* Brief: Set out exactly, line by line, the stretch of data below that begins at the line containing "f 70 68 146" and ends at the line containing "f 95 91 189", with both ends kept.

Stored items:
—————
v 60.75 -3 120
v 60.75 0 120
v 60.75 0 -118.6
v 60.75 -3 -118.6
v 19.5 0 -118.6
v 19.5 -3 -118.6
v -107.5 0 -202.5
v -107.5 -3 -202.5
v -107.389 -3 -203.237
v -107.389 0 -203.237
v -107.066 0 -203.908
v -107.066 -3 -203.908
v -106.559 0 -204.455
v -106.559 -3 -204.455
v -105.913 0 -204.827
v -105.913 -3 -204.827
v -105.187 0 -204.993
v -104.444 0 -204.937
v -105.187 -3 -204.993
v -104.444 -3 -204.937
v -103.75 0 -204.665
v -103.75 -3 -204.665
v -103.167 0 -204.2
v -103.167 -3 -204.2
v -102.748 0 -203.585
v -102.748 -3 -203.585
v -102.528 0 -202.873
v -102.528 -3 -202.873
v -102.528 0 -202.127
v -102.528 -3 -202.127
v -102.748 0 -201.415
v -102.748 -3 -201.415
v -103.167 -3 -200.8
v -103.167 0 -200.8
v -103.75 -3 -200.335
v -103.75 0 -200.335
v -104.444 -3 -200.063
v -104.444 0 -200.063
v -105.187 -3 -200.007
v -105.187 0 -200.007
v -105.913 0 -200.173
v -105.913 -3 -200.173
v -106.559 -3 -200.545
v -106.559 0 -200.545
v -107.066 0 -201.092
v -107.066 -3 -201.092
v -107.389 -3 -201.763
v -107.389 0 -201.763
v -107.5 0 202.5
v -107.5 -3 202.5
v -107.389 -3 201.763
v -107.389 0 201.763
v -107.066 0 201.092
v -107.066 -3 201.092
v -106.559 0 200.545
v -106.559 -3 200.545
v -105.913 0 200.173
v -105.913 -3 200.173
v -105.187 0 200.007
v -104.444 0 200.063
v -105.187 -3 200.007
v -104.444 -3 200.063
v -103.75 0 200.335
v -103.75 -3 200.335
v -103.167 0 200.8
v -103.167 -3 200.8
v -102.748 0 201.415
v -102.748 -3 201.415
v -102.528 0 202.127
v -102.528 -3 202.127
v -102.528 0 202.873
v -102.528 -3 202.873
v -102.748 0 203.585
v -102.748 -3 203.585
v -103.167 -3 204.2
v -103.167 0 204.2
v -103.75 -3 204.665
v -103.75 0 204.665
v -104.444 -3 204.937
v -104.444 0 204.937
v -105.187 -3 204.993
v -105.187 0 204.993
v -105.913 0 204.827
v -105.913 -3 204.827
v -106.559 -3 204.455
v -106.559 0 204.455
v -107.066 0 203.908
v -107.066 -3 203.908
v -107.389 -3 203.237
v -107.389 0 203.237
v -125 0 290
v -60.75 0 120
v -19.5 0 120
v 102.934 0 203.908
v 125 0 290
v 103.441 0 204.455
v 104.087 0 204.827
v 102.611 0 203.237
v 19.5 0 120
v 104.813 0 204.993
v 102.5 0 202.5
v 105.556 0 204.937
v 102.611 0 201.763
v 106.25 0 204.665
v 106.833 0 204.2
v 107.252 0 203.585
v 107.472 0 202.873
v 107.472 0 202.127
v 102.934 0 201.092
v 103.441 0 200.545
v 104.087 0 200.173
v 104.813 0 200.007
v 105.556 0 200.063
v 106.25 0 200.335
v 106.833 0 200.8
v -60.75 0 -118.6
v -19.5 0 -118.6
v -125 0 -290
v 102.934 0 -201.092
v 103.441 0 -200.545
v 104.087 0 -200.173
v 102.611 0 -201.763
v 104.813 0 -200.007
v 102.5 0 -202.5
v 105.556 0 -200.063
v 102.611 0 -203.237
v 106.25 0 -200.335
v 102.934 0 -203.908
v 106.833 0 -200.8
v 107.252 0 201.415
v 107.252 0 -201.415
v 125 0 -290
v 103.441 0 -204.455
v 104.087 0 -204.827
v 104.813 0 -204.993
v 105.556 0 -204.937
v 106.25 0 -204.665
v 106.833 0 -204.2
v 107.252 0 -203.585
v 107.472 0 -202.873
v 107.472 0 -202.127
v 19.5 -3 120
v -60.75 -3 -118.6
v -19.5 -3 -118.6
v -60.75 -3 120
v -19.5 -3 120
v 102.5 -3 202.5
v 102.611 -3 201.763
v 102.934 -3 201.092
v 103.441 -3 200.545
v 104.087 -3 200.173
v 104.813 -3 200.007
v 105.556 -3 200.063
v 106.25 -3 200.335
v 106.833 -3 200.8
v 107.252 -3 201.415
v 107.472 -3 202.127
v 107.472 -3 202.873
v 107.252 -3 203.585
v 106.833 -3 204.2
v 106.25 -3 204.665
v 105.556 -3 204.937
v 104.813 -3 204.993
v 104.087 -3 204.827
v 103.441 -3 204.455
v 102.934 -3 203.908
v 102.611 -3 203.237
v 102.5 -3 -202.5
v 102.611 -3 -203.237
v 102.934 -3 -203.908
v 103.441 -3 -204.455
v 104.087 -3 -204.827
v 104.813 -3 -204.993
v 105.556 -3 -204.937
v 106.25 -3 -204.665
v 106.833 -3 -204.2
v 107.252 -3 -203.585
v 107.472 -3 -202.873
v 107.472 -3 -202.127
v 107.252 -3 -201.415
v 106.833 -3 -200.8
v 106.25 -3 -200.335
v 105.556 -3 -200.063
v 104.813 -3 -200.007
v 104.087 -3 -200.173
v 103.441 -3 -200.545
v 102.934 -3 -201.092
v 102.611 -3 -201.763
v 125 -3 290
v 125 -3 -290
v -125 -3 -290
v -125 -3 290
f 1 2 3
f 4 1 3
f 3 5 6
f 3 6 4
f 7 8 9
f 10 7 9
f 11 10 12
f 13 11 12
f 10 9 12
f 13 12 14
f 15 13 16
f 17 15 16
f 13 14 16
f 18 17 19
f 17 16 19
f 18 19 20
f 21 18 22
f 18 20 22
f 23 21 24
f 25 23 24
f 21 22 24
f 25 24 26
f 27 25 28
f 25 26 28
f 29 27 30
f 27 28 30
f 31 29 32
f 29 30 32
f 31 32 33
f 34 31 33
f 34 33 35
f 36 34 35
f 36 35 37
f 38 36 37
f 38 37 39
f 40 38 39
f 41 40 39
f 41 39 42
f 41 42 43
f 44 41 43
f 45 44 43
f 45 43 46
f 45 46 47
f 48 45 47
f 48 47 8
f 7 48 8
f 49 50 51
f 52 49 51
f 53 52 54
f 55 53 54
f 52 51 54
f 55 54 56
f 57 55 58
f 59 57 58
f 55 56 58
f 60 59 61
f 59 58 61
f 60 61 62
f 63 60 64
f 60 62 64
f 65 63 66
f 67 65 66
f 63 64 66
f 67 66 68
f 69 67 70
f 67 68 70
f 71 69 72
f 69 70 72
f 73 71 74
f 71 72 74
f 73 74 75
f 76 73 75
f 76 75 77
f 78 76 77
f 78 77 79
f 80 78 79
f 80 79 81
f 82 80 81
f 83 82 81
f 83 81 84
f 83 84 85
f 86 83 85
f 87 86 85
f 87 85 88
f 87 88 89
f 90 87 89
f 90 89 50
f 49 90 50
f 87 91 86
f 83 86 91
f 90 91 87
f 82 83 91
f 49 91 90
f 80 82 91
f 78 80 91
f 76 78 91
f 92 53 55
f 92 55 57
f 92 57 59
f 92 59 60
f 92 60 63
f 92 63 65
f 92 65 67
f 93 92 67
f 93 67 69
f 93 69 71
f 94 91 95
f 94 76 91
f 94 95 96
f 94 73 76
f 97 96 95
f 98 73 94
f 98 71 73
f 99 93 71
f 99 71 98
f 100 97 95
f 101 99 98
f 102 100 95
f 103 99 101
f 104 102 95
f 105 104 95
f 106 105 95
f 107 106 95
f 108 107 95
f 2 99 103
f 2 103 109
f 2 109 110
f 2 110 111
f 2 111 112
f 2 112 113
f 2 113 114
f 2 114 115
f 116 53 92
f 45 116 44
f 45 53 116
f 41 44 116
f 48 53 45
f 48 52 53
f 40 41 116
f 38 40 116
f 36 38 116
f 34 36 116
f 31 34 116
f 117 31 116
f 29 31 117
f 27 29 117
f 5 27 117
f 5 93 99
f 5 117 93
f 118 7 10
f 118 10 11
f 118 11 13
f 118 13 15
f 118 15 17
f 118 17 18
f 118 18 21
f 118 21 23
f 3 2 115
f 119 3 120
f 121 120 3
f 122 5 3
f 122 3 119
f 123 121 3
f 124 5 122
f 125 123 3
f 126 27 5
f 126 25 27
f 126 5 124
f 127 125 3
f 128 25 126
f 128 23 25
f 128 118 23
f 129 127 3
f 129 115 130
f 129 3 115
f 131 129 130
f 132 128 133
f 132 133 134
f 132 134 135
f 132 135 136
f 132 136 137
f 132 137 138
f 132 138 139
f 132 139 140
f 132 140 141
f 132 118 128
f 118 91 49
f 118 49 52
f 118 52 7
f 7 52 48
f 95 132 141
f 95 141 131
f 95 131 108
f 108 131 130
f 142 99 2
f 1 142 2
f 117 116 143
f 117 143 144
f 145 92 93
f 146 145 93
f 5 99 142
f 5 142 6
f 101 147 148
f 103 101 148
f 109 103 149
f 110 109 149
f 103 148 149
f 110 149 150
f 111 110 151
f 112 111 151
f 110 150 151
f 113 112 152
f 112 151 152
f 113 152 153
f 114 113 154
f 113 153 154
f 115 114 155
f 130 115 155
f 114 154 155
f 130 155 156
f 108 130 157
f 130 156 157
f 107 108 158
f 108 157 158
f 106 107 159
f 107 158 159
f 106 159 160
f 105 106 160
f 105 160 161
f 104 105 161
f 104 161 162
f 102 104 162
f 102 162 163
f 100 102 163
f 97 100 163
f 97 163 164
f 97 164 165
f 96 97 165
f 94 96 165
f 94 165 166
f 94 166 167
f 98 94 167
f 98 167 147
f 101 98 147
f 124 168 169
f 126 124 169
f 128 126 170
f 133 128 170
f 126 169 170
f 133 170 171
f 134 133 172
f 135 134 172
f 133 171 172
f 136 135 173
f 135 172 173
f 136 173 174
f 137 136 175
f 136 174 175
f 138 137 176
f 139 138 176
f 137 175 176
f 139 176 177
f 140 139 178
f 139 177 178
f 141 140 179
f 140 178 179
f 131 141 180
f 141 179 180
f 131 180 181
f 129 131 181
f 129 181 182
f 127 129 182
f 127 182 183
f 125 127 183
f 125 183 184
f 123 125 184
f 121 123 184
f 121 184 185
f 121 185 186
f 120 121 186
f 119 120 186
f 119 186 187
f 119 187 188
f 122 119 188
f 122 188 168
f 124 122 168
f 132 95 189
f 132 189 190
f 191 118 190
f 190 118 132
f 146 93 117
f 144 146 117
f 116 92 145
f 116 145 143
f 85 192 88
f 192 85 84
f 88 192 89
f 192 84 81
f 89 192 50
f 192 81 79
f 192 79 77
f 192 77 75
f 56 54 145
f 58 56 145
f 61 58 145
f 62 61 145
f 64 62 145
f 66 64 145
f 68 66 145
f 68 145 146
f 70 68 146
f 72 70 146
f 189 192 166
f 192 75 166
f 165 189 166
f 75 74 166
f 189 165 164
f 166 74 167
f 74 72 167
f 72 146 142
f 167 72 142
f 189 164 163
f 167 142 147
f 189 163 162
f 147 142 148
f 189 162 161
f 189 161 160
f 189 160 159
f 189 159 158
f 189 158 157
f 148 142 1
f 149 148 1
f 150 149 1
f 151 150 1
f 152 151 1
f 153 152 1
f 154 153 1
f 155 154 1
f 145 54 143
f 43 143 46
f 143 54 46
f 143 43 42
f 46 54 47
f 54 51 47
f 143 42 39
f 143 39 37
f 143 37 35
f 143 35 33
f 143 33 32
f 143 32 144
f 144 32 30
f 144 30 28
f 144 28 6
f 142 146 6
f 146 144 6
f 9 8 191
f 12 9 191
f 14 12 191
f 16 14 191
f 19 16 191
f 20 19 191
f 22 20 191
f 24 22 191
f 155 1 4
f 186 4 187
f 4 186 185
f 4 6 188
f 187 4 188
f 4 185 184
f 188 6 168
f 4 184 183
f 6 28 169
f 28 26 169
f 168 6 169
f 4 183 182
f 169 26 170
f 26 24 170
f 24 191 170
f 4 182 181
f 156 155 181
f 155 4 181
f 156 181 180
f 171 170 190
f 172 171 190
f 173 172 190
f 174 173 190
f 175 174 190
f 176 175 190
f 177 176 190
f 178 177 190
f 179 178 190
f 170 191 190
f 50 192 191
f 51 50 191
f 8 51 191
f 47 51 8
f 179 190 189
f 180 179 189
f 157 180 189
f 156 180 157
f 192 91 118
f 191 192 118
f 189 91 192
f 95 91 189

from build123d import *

# Parameters (mm, degrees)
SKETCH1_W                = 230
SKETCH1_H                = 425
BOSS_EXTRUDE1_DEPTH      = 3
F_5_0_4_DIAMETER_HOLE1_D = 5
SKETCH5_W                = 41.25
SKETCH5_H                = 238.6
CUT_EXTRUDE1_DEPTH       = 4
SKETCH6_W                = 250
SKETCH6_H                = 580
SKETCH6_W_2              = 230
SKETCH6_H_2              = 425
BOSS_EXTRUDE3_DEPTH      = 3


with BuildPart() as part:
    # Sketch1 → Boss-Extrude1 (new body)
    with BuildSketch(Plane(origin=(0, 0, 0), x_dir=(1, 0, 0), z_dir=(0, 1, 0))):
        Rectangle(SKETCH1_W, SKETCH1_H)
    extrude(amount=-BOSS_EXTRUDE1_DEPTH)

    # Ø5.0 (4) Diameter Hole1 (through all)
    with Locations(Plane(origin=(0, 0, 0), x_dir=(1, 0, 0), z_dir=(0, 1, 0))):
        with Locations((-105, 202.5), (105, 202.5), (105, -202.5), (-105, -202.5)):
            Hole(F_5_0_4_DIAMETER_HOLE1_D / 2)

    # Sketch5 → Cut-Extrude1 (cut, through all)
    with BuildSketch(Plane(origin=(0, 0, 0), x_dir=(1, 0, 0), z_dir=(0, 1, 0))):
        with Locations((-40.125, -0.7)):
            Rectangle(SKETCH5_W, SKETCH5_H)
        with Locations((40.125, -0.7)):
            Rectangle(SKETCH5_W, SKETCH5_H)
    extrude(amount=-CUT_EXTRUDE1_DEPTH, mode=Mode.SUBTRACT)

    # Sketch6 → Boss-Extrude3 (add)
    with BuildSketch(Plane(origin=(0, 0, 0), x_dir=(1, 0, 0), z_dir=(0, 1, 0))):
        Rectangle(SKETCH6_W, SKETCH6_H)
        Rectangle(SKETCH6_W_2, SKETCH6_H_2, mode=Mode.SUBTRACT)
    extrude(amount=-BOSS_EXTRUDE3_DEPTH)


solid = part.part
—————
* Written answer:
f 70 68 146
f 72 70 146
f 189 192 166
f 192 75 166
f 165 189 166
f 75 74 166
f 189 165 164
f 166 74 167
f 74 72 167
f 72 146 142
f 167 72 142
f 189 164 163
f 167 142 147
f 189 163 162
f 147 142 148
f 189 162 161
f 189 161 160
f 189 160 159
f 189 159 158
f 189 158 157
f 148 142 1
f 149 148 1
f 150 149 1
f 151 150 1
f 152 151 1
f 153 152 1
f 154 153 1
f 155 154 1
f 145 54 143
f 43 143 46
f 143 54 46
f 143 43 42
f 46 54 47
f 54 51 47
f 143 42 39
f 143 39 37
f 143 37 35
f 143 35 33
f 143 33 32
f 143 32 144
f 144 32 30
f 144 30 28
f 144 28 6
f 142 146 6
f 146 144 6
f 9 8 191
f 12 9 191
f 14 12 191
f 16 14 191
f 19 16 191
f 20 19 191
f 22 20 191
f 24 22 191
f 155 1 4
f 186 4 187
f 4 186 185
f 4 6 188
f 187 4 188
f 4 185 184
f 188 6 168
f 4 184 183
f 6 28 169
f 28 26 169
f 168 6 169
f 4 183 182
f 169 26 170
f 26 24 170
f 24 191 170
f 4 182 181
f 156 155 181
f 155 4 181
f 156 181 180
f 171 170 190
f 172 171 190
f 173 172 190
f 174 173 190
f 175 174 190
f 176 175 190
f 177 176 190
f 178 177 190
f 179 178 190
f 170 191 190
f 50 192 191
f 51 50 191
f 8 51 191
f 47 51 8
f 179 190 189
f 180 179 189
f 157 180 189
f 156 180 157
f 192 91 118
f 191 192 118
f 189 91 192
f 95 91 189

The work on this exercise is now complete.